### Instructions to follow
Within the records below is a range that opens at the line with "#53=EDGE_LOOP('',(#32,#39,#47,#52));" and closes at the line with "#72=AXIS2_PLACEMENT_3D('',#71,#16,#17);". Return that range word for word, both ends included, and only that range.

### Exercise input
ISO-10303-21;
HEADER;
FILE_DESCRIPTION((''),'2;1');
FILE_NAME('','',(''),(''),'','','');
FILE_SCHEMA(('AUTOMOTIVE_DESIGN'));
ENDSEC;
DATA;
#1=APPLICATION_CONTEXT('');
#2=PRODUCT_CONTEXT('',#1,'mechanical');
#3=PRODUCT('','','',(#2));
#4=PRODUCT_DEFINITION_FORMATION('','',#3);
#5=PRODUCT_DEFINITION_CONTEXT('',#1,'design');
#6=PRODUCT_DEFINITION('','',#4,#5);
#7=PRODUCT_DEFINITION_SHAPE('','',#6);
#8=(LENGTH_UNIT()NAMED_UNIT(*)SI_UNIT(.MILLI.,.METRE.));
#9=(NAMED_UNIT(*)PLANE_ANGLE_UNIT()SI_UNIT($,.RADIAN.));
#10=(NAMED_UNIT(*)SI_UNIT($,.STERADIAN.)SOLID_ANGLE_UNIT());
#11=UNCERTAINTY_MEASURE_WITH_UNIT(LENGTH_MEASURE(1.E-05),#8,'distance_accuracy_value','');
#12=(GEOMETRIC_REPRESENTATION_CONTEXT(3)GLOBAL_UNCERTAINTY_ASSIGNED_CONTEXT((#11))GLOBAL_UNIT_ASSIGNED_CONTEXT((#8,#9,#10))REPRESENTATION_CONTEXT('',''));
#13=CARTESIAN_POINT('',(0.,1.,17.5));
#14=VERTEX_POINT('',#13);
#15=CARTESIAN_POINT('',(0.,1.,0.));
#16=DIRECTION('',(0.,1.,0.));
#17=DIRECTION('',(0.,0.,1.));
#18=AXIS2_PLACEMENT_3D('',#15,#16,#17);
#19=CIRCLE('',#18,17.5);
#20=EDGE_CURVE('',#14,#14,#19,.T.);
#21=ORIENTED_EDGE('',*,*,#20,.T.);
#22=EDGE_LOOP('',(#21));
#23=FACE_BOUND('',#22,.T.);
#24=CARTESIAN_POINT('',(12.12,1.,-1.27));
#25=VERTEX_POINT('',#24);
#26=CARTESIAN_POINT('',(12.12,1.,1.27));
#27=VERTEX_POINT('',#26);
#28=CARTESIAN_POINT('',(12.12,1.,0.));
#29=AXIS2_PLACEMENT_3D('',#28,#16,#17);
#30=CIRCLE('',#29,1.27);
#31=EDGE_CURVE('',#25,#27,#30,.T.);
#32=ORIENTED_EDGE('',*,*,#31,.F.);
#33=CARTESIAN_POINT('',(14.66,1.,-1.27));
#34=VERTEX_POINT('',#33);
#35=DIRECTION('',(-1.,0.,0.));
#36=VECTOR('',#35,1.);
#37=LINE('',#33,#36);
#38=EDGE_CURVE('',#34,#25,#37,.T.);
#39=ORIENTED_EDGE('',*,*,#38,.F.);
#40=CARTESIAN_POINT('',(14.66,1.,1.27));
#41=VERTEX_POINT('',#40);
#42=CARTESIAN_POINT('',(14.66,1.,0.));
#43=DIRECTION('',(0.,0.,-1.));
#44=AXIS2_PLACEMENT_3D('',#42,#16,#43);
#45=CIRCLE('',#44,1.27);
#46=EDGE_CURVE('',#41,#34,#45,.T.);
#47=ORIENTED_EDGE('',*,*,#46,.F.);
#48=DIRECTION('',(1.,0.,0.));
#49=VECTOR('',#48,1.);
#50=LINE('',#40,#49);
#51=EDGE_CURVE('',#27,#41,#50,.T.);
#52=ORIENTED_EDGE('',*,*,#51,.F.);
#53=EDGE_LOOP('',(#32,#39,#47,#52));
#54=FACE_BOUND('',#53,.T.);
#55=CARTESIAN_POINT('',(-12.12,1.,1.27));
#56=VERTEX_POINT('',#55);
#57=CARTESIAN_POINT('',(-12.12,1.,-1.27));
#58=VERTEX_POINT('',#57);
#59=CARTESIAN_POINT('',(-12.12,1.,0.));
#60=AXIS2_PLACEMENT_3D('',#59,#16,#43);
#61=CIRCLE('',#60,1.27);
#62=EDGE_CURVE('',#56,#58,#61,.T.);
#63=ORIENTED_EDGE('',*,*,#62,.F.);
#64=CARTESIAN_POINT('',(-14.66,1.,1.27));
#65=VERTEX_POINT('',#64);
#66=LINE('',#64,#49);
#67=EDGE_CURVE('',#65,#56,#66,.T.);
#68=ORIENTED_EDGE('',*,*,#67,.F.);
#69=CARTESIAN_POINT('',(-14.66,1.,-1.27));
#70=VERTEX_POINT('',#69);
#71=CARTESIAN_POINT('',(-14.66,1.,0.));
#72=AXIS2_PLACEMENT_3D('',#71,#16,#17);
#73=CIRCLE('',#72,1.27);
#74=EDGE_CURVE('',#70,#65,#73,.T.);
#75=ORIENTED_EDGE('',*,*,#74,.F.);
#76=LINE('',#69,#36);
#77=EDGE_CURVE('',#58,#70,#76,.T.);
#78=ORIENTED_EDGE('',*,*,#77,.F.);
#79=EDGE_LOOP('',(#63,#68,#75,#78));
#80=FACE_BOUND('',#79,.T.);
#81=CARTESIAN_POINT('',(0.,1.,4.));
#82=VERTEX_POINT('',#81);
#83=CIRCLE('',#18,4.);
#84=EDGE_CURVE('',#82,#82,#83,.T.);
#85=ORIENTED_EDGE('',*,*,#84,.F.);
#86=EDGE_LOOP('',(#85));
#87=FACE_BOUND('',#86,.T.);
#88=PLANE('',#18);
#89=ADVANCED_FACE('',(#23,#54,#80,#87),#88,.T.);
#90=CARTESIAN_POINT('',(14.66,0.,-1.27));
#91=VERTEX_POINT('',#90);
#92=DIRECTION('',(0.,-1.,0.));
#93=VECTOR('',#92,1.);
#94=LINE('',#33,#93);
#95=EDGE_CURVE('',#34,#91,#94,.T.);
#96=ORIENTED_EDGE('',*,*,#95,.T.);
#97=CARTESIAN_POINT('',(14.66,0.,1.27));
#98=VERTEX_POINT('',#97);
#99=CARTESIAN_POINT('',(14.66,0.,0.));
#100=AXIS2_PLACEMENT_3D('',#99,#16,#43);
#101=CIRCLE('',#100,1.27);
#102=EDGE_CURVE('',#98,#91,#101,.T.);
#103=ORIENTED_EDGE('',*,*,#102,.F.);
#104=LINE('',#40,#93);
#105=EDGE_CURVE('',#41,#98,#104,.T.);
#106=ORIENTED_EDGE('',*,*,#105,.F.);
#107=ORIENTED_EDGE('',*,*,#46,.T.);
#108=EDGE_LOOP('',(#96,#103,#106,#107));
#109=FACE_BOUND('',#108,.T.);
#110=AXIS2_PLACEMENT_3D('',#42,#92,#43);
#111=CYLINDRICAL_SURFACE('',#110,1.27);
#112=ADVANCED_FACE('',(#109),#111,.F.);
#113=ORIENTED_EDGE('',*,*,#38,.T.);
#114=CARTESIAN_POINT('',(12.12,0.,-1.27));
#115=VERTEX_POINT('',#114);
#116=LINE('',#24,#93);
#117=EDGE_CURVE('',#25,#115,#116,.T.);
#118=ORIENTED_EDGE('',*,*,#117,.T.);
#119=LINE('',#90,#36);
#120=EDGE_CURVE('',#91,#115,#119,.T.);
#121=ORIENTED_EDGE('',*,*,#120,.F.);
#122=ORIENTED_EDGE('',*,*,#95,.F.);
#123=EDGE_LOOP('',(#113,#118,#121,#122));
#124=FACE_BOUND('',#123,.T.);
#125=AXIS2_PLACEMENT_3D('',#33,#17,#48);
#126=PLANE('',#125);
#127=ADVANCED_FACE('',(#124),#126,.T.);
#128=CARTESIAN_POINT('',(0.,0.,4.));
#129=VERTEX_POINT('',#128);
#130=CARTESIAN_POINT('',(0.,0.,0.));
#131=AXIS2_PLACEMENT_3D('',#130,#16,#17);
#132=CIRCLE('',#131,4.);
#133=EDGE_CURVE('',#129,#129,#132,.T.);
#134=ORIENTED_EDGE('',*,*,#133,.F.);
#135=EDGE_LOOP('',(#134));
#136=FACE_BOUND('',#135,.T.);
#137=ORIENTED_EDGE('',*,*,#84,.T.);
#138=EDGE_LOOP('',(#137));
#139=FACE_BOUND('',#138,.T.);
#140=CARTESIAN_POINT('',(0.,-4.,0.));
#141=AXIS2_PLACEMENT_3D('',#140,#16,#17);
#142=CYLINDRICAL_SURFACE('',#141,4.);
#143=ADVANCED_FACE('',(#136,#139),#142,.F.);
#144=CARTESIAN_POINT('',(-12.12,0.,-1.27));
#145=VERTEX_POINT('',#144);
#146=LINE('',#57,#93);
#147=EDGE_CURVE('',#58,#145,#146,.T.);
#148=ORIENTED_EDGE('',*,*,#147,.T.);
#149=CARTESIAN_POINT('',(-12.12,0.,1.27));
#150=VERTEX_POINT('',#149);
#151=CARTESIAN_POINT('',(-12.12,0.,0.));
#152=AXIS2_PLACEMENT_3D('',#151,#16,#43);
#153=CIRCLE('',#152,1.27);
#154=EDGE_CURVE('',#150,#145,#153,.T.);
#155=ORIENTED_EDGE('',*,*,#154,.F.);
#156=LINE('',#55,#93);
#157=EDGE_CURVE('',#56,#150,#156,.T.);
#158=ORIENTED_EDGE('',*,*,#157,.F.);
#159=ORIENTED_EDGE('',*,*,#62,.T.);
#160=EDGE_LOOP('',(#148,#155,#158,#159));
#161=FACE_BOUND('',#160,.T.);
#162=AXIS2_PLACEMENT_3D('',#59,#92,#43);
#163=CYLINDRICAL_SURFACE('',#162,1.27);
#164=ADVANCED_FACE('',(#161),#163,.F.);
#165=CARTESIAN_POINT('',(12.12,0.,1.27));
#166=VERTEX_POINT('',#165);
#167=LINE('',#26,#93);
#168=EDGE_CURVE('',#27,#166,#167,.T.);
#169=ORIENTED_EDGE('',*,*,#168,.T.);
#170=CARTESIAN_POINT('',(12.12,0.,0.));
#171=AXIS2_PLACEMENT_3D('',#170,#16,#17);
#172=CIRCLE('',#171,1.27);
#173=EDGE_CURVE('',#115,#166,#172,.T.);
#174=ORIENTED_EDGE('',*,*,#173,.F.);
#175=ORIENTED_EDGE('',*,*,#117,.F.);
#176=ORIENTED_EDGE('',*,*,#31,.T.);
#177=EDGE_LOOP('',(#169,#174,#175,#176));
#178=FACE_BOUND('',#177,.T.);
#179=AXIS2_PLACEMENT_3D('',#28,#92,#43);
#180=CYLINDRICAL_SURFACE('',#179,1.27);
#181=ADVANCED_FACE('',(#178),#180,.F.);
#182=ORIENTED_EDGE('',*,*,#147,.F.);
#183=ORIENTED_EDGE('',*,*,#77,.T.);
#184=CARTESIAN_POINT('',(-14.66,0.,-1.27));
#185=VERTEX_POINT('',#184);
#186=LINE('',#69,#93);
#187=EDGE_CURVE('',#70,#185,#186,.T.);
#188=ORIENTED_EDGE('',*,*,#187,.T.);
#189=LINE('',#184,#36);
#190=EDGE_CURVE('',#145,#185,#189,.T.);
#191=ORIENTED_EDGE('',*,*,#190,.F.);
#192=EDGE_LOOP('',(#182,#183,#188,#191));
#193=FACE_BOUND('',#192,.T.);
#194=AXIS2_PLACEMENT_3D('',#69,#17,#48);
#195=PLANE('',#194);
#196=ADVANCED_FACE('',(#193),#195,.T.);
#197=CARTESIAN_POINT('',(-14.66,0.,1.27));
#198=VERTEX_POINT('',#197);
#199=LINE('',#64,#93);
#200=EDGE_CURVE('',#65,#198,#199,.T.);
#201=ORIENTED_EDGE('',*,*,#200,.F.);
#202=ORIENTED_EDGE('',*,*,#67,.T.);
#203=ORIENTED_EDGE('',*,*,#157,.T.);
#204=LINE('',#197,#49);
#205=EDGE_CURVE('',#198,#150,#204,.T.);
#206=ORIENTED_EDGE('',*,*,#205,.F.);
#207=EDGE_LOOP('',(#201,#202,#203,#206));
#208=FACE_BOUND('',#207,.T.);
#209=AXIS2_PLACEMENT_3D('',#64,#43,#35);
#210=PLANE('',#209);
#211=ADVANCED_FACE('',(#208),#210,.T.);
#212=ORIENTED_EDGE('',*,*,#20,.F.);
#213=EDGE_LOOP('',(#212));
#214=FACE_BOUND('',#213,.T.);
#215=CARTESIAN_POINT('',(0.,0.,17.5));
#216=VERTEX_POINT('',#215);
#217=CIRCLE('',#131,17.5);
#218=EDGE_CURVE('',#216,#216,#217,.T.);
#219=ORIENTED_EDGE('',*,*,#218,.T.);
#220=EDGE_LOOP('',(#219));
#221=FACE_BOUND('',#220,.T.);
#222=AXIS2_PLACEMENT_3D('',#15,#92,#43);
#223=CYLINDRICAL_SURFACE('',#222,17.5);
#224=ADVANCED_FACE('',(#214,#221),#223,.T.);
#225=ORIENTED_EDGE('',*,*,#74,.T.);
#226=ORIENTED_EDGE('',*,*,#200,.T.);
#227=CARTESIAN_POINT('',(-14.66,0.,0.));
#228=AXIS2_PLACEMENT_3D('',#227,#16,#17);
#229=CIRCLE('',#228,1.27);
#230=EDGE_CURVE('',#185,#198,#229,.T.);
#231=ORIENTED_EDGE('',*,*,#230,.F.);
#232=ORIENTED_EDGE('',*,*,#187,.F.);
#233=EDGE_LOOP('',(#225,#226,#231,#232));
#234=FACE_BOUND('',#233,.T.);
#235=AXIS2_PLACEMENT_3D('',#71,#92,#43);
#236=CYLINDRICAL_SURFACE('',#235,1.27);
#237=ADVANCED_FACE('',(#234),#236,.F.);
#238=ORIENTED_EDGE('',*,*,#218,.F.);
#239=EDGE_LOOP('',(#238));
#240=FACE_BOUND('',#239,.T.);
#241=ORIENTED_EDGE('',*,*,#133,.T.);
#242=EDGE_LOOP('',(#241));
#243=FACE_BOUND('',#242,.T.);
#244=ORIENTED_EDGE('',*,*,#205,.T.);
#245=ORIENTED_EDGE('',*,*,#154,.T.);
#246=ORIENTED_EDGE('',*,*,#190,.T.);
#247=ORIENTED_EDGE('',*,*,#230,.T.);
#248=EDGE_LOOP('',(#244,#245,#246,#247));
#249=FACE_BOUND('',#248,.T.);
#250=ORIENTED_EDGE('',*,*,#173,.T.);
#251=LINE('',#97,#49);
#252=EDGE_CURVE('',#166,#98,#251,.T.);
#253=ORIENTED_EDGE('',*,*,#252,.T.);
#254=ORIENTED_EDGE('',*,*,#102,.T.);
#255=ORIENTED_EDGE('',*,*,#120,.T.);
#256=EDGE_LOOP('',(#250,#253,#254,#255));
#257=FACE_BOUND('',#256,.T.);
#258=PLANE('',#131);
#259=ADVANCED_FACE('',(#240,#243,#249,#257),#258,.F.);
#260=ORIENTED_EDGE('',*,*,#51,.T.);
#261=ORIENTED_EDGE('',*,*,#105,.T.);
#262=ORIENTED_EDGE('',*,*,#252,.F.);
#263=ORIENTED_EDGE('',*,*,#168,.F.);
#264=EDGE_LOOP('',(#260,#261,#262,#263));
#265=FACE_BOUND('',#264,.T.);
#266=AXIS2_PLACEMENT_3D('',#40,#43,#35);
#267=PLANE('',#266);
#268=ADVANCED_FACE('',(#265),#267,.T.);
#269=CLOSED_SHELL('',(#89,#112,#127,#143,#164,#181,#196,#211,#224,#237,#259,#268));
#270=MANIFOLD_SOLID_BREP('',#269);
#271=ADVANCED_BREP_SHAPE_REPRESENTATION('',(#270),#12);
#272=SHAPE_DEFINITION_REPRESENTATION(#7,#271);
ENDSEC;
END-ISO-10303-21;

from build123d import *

# Parameters (mm, degrees)
SKETCH1_R           = 17.5
BOSS_EXTRUDE1_DEPTH = 1
SKETCH2_R           = 4
CUT_EXTRUDE1_DEPTH  = 5


with BuildPart() as part:
    # Sketch1 → Boss-Extrude1 (new body)
    with BuildSketch(Plane(origin=(0, 0, 0), x_dir=(1, 0, 0), z_dir=(0, 1, 0))):
        with Locations(Location((0, 0, 0), (0, 0, 270))):
            Circle(SKETCH1_R)
        with BuildLine():
            Line((14.66, 1.27), (12.12, 1.27))
            ThreePointArc((12.12, 1.27), (10.85, 0), (12.12, -1.27))
            Line((12.12, -1.27), (14.66, -1.27))
            ThreePointArc((14.66, -1.27), (15.93, 0), (14.66, 1.27))
        make_face(mode=Mode.SUBTRACT)
        with BuildLine():
            Line((-14.66, -1.27), (-12.12, -1.27))
            ThreePointArc((-12.12, -1.27), (-10.85, 0), (-12.12, 1.27))
            Line((-12.12, 1.27), (-14.66, 1.27))
            ThreePointArc((-14.66, 1.27), (-15.93, 0), (-14.66, -1.27))
        make_face(mode=Mode.SUBTRACT)
    extrude(amount=BOSS_EXTRUDE1_DEPTH)

    # Sketch2 → Cut-Extrude1 (cut, symmetric)
    with BuildSketch(Plane(origin=(0, 1, 0), x_dir=(1, 0, 0), z_dir=(0, 1, 0))):
        with Locations(Location((0, 0, 0), (0, 0, 270))):
            Circle(SKETCH2_R)
    extrude(amount=CUT_EXTRUDE1_DEPTH, both=True, mode=Mode.SUBTRACT)


solid = part.part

### Result
#53=EDGE_LOOP('',(#32,#39,#47,#52));
#54=FACE_BOUND('',#53,.T.);
#55=CARTESIAN_POINT('',(-12.12,1.,1.27));
#56=VERTEX_POINT('',#55);
#57=CARTESIAN_POINT('',(-12.12,1.,-1.27));
#58=VERTEX_POINT('',#57);
#59=CARTESIAN_POINT('',(-12.12,1.,0.));
#60=AXIS2_PLACEMENT_3D('',#59,#16,#43);
#61=CIRCLE('',#60,1.27);
#62=EDGE_CURVE('',#56,#58,#61,.T.);
#63=ORIENTED_EDGE('',*,*,#62,.F.);
#64=CARTESIAN_POINT('',(-14.66,1.,1.27));
#65=VERTEX_POINT('',#64);
#66=LINE('',#64,#49);
#67=EDGE_CURVE('',#65,#56,#66,.T.);
#68=ORIENTED_EDGE('',*,*,#67,.F.);
#69=CARTESIAN_POINT('',(-14.66,1.,-1.27));
#70=VERTEX_POINT('',#69);
#71=CARTESIAN_POINT('',(-14.66,1.,0.));
#72=AXIS2_PLACEMENT_3D('',#71,#16,#17);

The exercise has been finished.